14. The method of claim 1, further comprising:

transmitting, from the one or more computing devices to the remote computing device, data for a graphical user interface associated with the machine-learned model library, wherein the graphical user interface provides a representation of information associated with the machine-learned model library using one or more symbols comprising text or images.

15. A system, comprising:

one or more tangible non-transitory computer-readable media that store a machine-learned model library comprising a plurality of machine-learned models configured to generate semantic observations based on sensor data associated with a vehicle, each of the plurality of machine-learned models associated with at least one of a plurality of configurations; and

one or more processors configured to execute computer-readable instructions to perform operations, the operations comprising:

receiving from a remote computing device, one or more requests for a machine-learned model from the machine-learned model library; and

providing, based at least in part on the one or more requests, the machine-learned model to the remote computing device.

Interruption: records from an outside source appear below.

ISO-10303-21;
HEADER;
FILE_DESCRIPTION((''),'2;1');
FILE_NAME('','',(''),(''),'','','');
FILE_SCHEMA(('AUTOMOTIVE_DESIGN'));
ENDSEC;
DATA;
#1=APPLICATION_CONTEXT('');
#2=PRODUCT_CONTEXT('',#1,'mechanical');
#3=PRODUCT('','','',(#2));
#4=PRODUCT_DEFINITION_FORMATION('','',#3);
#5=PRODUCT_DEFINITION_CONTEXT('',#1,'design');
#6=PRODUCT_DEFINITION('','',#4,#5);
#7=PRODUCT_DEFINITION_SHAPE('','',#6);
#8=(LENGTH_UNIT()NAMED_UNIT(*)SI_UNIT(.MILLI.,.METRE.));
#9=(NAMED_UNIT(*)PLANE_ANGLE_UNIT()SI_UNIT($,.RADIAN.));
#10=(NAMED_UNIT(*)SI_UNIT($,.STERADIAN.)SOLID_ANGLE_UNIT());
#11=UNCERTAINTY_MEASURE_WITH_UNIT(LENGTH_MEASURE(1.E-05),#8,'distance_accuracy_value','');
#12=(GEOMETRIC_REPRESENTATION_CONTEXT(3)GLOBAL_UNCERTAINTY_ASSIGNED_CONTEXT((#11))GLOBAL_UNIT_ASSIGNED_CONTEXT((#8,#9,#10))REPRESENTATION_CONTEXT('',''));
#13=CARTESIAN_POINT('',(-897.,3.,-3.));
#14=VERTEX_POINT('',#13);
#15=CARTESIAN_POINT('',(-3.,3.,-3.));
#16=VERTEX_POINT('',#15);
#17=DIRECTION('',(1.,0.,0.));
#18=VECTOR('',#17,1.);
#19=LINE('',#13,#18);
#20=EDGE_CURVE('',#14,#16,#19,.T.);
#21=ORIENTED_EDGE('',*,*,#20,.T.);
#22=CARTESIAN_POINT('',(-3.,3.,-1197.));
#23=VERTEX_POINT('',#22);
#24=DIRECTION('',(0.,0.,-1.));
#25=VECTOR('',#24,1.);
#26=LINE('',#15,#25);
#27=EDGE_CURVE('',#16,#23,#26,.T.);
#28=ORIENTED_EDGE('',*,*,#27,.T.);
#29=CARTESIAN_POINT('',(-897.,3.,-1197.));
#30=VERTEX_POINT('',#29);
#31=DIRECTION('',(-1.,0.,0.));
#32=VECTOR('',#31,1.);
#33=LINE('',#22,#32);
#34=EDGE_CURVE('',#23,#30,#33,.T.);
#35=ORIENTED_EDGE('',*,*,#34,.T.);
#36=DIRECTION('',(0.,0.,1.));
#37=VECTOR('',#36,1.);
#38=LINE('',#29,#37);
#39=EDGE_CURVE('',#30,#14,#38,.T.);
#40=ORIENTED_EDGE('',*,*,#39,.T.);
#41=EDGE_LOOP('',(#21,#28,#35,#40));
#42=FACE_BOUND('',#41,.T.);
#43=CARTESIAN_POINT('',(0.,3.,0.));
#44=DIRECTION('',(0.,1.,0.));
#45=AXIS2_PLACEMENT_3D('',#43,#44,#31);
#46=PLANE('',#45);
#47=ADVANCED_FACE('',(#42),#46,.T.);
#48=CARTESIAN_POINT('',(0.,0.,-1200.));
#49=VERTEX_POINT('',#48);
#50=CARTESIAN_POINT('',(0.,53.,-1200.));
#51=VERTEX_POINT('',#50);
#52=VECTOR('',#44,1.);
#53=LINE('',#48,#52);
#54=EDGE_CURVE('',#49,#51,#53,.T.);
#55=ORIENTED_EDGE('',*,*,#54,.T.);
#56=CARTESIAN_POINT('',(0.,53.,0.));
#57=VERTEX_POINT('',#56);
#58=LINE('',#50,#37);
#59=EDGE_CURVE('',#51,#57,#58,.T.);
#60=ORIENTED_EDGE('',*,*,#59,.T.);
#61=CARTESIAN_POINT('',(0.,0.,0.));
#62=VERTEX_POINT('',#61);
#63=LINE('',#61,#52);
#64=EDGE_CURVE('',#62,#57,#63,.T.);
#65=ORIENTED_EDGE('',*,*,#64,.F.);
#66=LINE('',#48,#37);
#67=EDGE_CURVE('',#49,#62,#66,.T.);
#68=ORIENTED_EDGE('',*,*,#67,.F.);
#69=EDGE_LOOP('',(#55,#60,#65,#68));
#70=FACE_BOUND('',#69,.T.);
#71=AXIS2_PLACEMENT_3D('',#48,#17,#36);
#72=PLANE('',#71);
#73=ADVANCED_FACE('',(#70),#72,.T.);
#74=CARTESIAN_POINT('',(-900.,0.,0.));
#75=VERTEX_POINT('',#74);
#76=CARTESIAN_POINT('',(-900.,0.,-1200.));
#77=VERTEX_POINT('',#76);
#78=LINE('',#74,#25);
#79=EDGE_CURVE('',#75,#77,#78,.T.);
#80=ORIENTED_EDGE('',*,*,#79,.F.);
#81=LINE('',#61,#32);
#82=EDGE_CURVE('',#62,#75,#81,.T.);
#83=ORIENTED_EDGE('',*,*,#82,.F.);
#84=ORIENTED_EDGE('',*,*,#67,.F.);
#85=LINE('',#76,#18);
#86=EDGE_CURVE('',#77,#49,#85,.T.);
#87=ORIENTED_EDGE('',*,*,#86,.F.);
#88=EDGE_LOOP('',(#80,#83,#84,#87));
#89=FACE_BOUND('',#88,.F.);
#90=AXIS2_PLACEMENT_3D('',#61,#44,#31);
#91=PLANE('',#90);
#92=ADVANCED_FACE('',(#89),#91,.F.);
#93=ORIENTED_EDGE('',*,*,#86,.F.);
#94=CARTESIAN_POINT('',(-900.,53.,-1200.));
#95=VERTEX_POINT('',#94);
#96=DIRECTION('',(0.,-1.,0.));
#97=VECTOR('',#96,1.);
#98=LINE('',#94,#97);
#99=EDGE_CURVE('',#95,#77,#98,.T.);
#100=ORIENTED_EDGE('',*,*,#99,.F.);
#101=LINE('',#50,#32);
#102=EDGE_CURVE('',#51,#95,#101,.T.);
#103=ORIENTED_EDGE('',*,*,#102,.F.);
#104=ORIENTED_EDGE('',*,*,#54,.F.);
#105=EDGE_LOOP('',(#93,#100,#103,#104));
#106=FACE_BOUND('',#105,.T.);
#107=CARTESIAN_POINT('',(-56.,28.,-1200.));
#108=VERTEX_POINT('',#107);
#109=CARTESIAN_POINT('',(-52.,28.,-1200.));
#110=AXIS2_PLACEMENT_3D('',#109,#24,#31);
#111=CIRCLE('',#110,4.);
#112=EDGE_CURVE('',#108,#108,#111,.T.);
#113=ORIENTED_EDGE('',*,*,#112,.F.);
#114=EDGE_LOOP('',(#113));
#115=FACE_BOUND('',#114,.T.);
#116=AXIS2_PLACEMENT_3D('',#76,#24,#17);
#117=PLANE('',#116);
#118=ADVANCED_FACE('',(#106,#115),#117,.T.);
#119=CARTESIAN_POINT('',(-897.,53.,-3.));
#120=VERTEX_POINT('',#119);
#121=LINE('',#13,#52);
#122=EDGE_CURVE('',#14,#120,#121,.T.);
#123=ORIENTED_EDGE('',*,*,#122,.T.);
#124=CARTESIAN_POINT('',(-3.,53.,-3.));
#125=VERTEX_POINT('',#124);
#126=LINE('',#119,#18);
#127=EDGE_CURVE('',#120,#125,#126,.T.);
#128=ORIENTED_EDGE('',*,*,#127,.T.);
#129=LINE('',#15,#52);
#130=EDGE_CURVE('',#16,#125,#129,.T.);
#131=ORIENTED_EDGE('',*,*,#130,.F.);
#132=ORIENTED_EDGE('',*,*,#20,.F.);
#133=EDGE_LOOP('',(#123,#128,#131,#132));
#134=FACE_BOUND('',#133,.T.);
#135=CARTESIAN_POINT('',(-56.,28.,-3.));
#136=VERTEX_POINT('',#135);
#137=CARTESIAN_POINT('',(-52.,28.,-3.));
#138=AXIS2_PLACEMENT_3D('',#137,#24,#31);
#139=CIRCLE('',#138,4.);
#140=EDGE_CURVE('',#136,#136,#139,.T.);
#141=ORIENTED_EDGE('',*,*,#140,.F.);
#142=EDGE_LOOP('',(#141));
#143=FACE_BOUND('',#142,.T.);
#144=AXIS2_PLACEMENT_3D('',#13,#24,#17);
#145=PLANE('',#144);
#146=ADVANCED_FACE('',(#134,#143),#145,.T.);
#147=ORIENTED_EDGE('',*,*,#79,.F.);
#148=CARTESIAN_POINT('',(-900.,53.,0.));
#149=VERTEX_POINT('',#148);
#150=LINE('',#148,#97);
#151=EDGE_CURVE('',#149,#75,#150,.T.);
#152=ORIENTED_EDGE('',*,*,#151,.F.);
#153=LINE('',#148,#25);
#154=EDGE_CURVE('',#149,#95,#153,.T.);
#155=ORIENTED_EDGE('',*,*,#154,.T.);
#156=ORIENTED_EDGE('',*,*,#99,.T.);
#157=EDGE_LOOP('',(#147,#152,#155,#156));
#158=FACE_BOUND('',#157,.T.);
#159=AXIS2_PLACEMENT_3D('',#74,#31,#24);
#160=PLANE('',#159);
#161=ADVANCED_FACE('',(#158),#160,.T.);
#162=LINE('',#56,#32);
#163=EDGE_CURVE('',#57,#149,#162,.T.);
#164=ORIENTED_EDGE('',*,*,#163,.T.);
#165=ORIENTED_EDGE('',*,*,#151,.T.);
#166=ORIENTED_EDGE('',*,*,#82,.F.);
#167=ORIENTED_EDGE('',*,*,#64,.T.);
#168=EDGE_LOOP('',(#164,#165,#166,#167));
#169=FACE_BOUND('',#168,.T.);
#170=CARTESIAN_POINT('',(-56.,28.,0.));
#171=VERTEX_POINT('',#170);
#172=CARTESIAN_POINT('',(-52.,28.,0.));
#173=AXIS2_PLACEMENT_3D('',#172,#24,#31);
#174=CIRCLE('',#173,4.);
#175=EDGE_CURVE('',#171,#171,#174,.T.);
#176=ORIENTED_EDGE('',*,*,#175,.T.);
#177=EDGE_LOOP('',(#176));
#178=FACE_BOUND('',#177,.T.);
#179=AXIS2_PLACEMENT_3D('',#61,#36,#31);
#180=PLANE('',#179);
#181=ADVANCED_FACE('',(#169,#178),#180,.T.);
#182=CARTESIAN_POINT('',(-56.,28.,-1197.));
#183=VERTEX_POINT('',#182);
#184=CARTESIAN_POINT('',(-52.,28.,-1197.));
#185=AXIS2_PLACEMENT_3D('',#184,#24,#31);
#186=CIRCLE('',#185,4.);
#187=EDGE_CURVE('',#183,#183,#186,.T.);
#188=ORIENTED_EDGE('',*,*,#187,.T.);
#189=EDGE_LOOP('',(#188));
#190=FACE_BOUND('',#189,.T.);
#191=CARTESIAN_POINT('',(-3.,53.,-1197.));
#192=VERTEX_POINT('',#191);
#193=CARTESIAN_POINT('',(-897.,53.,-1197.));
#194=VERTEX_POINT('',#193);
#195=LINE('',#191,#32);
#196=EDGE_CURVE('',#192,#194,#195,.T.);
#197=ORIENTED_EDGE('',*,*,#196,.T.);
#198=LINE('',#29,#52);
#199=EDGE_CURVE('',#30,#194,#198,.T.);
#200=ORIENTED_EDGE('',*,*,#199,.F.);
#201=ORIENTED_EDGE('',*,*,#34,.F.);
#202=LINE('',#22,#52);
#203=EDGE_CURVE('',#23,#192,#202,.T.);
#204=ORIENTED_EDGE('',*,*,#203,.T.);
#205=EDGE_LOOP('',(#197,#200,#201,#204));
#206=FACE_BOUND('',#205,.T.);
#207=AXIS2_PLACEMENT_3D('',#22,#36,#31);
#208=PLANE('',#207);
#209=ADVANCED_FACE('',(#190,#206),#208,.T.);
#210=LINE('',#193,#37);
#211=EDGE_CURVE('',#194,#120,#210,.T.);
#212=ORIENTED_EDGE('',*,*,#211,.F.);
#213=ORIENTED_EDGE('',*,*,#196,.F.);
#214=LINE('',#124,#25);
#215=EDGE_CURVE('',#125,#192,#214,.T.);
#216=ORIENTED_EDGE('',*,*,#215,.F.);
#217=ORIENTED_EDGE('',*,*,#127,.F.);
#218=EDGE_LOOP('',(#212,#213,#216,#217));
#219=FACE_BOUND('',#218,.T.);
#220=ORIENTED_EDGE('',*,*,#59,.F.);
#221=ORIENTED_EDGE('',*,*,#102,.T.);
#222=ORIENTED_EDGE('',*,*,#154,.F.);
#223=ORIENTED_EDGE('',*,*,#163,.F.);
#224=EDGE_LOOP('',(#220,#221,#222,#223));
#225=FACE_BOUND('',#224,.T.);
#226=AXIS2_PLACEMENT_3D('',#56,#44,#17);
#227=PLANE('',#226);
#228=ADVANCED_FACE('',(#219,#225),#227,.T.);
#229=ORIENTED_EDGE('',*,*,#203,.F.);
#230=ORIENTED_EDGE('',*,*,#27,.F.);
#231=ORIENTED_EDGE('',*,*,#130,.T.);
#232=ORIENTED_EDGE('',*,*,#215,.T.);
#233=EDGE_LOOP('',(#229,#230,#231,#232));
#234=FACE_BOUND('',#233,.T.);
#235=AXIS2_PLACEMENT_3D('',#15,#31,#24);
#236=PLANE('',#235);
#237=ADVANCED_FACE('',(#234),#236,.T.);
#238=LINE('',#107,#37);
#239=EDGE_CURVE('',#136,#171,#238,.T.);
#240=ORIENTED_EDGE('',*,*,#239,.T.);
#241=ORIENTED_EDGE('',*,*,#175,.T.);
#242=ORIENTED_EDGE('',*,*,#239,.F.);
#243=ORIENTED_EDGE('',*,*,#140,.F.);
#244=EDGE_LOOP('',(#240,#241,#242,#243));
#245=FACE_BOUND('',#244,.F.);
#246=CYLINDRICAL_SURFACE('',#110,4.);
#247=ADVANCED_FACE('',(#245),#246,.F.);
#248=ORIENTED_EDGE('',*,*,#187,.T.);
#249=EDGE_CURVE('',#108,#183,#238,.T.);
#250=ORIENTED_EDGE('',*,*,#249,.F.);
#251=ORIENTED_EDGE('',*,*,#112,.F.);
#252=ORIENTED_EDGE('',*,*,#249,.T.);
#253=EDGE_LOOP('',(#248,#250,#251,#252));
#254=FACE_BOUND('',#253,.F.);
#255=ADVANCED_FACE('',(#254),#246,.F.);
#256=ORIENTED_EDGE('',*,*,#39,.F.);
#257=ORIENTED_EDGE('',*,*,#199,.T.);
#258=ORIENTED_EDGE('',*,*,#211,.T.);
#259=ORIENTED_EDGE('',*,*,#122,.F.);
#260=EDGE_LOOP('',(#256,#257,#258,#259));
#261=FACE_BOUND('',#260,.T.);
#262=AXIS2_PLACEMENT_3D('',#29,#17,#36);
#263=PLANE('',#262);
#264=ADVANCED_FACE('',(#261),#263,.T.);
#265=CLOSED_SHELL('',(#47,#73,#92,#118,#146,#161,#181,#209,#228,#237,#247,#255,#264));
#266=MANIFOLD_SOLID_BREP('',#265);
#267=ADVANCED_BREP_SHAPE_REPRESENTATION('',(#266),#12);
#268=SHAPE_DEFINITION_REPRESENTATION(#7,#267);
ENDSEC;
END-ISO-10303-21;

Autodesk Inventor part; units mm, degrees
ref_plane "YZ Plane" through (0, 0, 0) normal (1, 0, 0) x (0, 1, 0)
ref_plane "XZ Plane" through (0, 0, 0) normal (0, 1, 0) x (-1, 0, 0)
ref_plane "XY Plane" through (0, 0, 0) normal (0, 0, 1) x (1, 0, 0)
sketch "Boceto1" plane through (0, 0, 0) normal (0, 1, 0) x (-1, 0, 0)
  line L0 (0, 0) -> (900, 0)
  line L1 (900, 0) -> (900, -1200)
  line L2 (900, -1200) -> (0, -1200)
  line L3 (0, -1200) -> (0, 0)
  dimension "d0" = 900
  dimension "d1" = 1200
extrude "Extrusión1" add sketch "Boceto1" along normal blind 3
sketch "Boceto2" plane through (0, 3, 0) normal (0, 1, 0) x (1, 0, 0)
  line L0 (0, 1200) -> (-900, 1200) projected
  line L1 (0, 0) -> (-900, 0)
  line L2 (-900, 0) -> (-900, 1200)
  line L3 (-900, 1200) -> (0, 1200)
  line L4 (0, 1200) -> (0, 0)
  line L5 (-897, 1197) -> (-897, 3)
  line L6 (-897, 3) -> (-3, 3)
  line L7 (-3, 3) -> (-3, 1197)
  line L8 (-3, 1197) -> (-897, 1197)
  dimension "d4" = 3
extrude "Extrusión2" add sketch "Boceto2" along normal blind 50
sketch "Boceto3" plane through (0, 0, -1200) normal (0, 0, -1) x (-1, 0, 0)
  circle A0 centre (52, 28) radius 4
  line L0 (0, 53) -> (900, 53) projected
  line L1 (0, 53) -> (-3, 53)
  line L2 (-3, 53) -> (-3, -10.4752)
  line L3 (-3, -10.4752) -> (0, -10.4752)
  line L4 (0, -10.4752) -> (0, 53)
  point P0 (0, 0)
  dimension "d7" = 8
  dimension "d8" = 25
  dimension "d9" = 3
  dimension "d10" = 55
extrude "Extrusión3" cut sketch "Boceto3" against normal blind 1243.5 contours A0
properties part number "tapa mesa"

16. The one or more tangible, non-transitory computer-readable media of claim 15, wherein the operations further comprise:

receiving from the remote computing device, an updated machine-learned model generated by training the machine-learned model using at least one of the remote computing device or one or more additional computing devices; and

storing the updated machine-learned model in the machine-learned model library.

17. The one or more tangible, non-transitory computer-readable media of claim 15, wherein the machine-learned model library comprises field collected data associated with one or more semantic labels and further comprising:

training a portion of the plurality of machine-learned models in the machine-learned model library using the field collected data.

18. One or more tangible non-transitory computer-readable media storing computer-readable instructions that when executed by one or more processors cause the one or more processors to perform operations, the operations comprising:

providing a machine-learned model library comprising a plurality of machine-learned models trained to generate semantic observations based on sensor data associated with a vehicle, wherein each machine-learned model of the plurality of machine-learned models is associated with one or more configurations supported by each machine-learned model;

19. The computing system of claim 18, wherein the machine-learned model library comprises field collected data associated with the remote computing device and further comprising:

determining one or more portions of the field collected data that are not duplicative; and

adding the one or more portions of the field collected data that are not duplicative to the machine-learned model library.

20. The computing system of claim 19, wherein the field collected data comprises validation and testing data associated with a validity or performance level of a portion of the plurality of machine-learned models, one or more entity descriptions associated with a portion of the plurality of machine-learned models, or one or more machine-learned models from the remote computing device.